Seminar
"Morse graphs" and "abstract orbits" of dynamical systems, topological spaces, and decompositions

Hold Date 
20220520 15:30～20220520 17:00 


Place 
IMI Conference Room (D414) 


Object person 



Speaker 
Tomoo Yokoyama (Gifu University) 

Abstract:
In this talk, we discuss a topological invariant of flows, called abstract orbit space, which is a refinement of Morse graphs of flows on compact metric spaces, Reeb graphs of Hamiltonian flows with finitely many singular points on surfaces, and the CW decompositions which consist of the unstable manifolds of singular points for Morse flows on closed manifolds. In particular, the topological invariant is generically applicable to a reconstruction problem: when the timeone map reconstructs the topology of the original flow?
Moreover, interpreting the recurrence of dynamical systems into one for topological spaces, we introduce "Morse graph" and "abstract orbit" for topological spaces and for decompositions on topological spaces.
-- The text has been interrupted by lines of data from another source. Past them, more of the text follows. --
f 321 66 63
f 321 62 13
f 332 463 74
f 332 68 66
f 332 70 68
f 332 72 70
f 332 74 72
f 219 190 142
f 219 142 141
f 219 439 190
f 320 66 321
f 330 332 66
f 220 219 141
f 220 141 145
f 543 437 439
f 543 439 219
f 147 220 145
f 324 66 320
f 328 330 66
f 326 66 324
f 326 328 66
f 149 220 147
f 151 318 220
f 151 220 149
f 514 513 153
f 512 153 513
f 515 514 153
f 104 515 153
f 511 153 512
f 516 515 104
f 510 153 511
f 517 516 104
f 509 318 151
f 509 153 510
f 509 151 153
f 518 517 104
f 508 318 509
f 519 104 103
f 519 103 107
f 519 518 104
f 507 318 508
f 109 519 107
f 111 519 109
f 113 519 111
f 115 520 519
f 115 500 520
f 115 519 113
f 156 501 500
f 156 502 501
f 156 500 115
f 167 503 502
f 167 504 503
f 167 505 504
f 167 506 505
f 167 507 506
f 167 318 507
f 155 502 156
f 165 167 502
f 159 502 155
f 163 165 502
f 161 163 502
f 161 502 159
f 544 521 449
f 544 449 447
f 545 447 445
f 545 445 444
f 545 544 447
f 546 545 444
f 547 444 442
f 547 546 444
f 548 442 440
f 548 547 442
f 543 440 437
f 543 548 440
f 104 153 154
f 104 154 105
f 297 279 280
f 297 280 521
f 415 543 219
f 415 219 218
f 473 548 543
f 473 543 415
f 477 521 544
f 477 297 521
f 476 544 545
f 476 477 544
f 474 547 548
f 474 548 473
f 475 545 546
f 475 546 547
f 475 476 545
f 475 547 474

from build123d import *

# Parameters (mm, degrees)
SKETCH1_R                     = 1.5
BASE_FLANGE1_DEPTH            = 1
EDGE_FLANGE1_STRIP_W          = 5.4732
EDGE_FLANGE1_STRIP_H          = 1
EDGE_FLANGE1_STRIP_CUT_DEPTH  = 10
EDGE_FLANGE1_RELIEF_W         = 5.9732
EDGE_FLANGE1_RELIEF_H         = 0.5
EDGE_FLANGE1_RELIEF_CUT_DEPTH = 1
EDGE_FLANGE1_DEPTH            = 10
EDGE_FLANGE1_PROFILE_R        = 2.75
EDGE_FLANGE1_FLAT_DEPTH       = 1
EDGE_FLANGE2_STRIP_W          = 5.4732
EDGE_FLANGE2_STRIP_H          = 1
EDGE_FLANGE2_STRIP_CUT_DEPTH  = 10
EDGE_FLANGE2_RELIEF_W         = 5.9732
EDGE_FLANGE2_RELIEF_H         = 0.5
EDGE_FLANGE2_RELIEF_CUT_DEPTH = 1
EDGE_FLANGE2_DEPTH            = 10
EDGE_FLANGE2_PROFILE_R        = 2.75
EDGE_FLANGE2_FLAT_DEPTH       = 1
In particular, the "Morse graphs" and the abstract orbit spaces for any groupactions and foliated spaces are defined. We show that similar statements for dynamical systems hold for topological spaces and decompositions using these concepts. For instance, the abstract orbit space is a unified concept of abstract cell complexes, Morse decompositions, and Reeb graphs of any Morse function. The first part of this talk is based on [1] and the second part on [2].
[1] T. Yokoyama, Refinements of topological invariants of flows. Discrete & Continuous Dynamical Systems, 42(5):2295–2331, 2022.
[2] T. Yokoyama, Morse hypergraphs of topological spaces and decompositions, arXiv:2112.13992, preprint.